Отпала версия о мести еще одной женщине: она приезжала в гости к сыну в Придонск. Кто и почему мог ей мстить? За что? Женщина лежала в больнице в райцентре, недалеко от станции Лысуха, транспортировать ее в город было опасно. Говорила она с трудом, да и рассказать ничего существенного не могла: не видела, не обратила внимания, не помнила… Тем не менее мстить ей тоже никто не собирался, в этом она была убеждена.
Оставалась судья Буканова. Ее дочь рассказала Русанову (Виктор Иванович попросил женщину зайти в управление), что Галине Андреевне конечно же могли мстить. Судьей она была принципиальной, с подсудимыми держала себя строго. Но никто и никогда прямых угроз ей не высказывал, а что у людей на уме — одному богу известно.
Виктор Иванович слушал дочь судьи, зрелую уже женщину, мать двоих детей, с заплаканными глазами и черной косынкой на голове, сочувствовал ей, пытался утешить.
…Спустя несколько дней Попов и Гладышев принесли из суда несколько дел, которые прошли через руки Букановой. Виктор Иванович внимательно читал их — и обвинительные заключения, и решения суда. Дела были как дела — и убийства, и крупные хищения с завода, и изнасилование, и хулиганство.
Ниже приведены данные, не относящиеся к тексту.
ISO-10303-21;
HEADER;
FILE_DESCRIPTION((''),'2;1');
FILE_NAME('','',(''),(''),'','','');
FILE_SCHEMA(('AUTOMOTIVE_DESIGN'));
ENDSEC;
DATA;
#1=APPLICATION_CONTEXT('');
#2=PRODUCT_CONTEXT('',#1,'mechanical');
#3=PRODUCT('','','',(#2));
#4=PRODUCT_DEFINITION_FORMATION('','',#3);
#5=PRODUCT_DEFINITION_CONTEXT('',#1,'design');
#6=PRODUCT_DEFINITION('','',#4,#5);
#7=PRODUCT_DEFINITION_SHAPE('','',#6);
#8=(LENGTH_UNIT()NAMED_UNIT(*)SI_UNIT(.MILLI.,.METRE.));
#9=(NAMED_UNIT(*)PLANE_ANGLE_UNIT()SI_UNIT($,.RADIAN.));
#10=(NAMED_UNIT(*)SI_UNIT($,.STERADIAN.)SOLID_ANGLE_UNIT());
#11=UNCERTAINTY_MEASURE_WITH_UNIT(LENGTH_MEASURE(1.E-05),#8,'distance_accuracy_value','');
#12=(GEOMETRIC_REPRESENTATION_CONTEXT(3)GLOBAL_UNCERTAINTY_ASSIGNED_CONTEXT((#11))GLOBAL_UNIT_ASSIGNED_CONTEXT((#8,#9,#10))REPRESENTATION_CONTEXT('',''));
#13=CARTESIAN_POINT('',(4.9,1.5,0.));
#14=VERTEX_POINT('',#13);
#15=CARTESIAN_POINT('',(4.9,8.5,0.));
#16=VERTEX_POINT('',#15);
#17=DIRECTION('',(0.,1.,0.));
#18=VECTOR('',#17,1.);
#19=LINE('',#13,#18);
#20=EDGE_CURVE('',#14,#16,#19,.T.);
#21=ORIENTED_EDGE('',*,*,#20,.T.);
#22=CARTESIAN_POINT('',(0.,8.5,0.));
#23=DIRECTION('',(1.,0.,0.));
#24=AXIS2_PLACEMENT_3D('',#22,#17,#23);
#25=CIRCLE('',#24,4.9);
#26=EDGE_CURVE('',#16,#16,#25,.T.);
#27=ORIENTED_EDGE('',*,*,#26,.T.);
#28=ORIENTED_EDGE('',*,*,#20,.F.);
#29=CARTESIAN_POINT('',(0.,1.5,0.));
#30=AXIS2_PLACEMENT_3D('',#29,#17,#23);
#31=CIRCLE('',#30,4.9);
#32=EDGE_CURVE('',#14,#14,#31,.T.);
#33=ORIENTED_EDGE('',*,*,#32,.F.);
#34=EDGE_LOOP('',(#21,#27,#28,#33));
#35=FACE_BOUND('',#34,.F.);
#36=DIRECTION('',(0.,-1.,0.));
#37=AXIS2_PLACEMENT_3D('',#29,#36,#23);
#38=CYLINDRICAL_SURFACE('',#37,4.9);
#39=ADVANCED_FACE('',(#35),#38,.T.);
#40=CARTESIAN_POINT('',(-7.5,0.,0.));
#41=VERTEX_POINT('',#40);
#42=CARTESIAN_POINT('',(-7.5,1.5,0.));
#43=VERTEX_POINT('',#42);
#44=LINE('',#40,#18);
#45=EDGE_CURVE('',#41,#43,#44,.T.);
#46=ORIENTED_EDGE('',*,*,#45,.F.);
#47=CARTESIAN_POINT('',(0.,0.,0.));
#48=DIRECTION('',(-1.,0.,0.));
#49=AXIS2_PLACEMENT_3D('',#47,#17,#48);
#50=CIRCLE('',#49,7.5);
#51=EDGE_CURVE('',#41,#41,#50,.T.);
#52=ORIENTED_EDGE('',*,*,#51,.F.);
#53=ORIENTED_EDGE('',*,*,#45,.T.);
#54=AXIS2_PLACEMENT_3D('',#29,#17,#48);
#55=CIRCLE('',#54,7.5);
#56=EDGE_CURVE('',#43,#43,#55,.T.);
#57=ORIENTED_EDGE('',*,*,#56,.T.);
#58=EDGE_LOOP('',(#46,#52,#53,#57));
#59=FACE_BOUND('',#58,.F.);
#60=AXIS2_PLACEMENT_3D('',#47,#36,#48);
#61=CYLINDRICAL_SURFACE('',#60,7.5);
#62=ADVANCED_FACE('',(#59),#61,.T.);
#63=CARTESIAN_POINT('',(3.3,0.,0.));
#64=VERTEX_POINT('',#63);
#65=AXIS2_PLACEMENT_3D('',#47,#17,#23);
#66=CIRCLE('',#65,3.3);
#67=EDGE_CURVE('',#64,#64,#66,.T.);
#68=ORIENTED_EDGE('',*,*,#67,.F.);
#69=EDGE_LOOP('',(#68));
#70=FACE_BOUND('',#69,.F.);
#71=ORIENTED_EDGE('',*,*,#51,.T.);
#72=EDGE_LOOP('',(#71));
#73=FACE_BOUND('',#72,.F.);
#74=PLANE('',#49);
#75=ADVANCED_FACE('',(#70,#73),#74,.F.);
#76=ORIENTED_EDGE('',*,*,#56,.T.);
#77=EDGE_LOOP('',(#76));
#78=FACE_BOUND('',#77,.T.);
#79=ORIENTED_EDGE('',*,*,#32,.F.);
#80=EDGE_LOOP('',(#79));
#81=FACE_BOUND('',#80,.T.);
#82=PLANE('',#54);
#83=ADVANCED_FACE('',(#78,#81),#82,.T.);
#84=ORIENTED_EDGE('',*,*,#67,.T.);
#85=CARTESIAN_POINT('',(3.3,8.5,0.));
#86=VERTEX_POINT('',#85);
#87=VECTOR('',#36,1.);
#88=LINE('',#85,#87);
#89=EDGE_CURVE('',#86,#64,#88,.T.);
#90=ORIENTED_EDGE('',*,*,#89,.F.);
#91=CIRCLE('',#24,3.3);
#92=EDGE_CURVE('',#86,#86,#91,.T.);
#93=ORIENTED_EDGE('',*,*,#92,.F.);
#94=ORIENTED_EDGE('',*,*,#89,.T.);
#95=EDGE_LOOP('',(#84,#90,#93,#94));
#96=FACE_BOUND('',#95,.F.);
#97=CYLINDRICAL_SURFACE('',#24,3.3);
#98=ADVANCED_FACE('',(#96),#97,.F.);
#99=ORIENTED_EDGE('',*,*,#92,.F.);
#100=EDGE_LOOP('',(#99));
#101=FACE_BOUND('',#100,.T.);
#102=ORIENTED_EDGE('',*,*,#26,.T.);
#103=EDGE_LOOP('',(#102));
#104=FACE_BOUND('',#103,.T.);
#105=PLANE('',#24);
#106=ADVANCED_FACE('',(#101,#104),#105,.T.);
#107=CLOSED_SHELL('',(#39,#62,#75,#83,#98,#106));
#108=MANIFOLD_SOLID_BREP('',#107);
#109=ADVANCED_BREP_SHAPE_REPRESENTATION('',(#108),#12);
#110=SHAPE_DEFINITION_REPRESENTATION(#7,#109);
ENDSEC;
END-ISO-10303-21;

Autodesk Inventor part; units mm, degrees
ref_plane "YZ Plane" through (0, 0, 0) normal (1, 0, 0) x (0, 1, 0)
ref_plane "XZ Plane" through (0, 0, 0) normal (0, 1, 0) x (-1, 0, 0)
ref_plane "XY Plane" through (0, 0, 0) normal (0, 0, 1) x (1, 0, 0)
sketch "Эскиз1" plane through (0, 0, 0) normal (0, 1, 0) x (-1, 0, 0)
  circle A0 centre (0, 0) radius 7.5
  dimension "d0" = 15
extrude "Выдавливание1" add sketch "Эскиз1" along normal blind 1.5
sketch "Эскиз2" plane through (0, 1.5, 0) normal (0, 1, 0) x (1, 0, 0)
  circle A0 centre (0, 0) radius 7.5 projected
  circle A1 centre (0, 0) radius 4.9
  dimension "d3" = 9.8
extrude "Выдавливание2" add sketch "Эскиз2" along normal blind 7 contours A1
sketch "Эскиз4" plane through (0, 8.5, 0) normal (0, 1, 0) x (1, 0, 0)
  circle A0 centre (0, 0) radius 4.9 projected
  circle A1 centre (0, 0) radius 3.3
  dimension "d9" = 6.6
extrude "Выдавливание4" cut sketch "Эскиз4" against normal through all contours A1
properties part number "Шайба_Уплотнитель"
Таких дел в любом суде — десятки, сотни. Осужденные отбывали наказание, кое-кто из них уже вернулся. Русанов вглядывался в лица на фотографиях — неужели кто-то из этих людей поднял руку на народного судью, да еще уничтожил при этом невинных людей?
Лица на фотографиях были малосимпатичны, если не сказать большего, и все же Виктор Иванович сдерживал эмоции — он не имел на них права. Нужны факты, доказательства. Он, начальник отдела госбезопасности, должен иметь прежде всего их, а его личные симпатии и антипатии к осужденным ни при чем.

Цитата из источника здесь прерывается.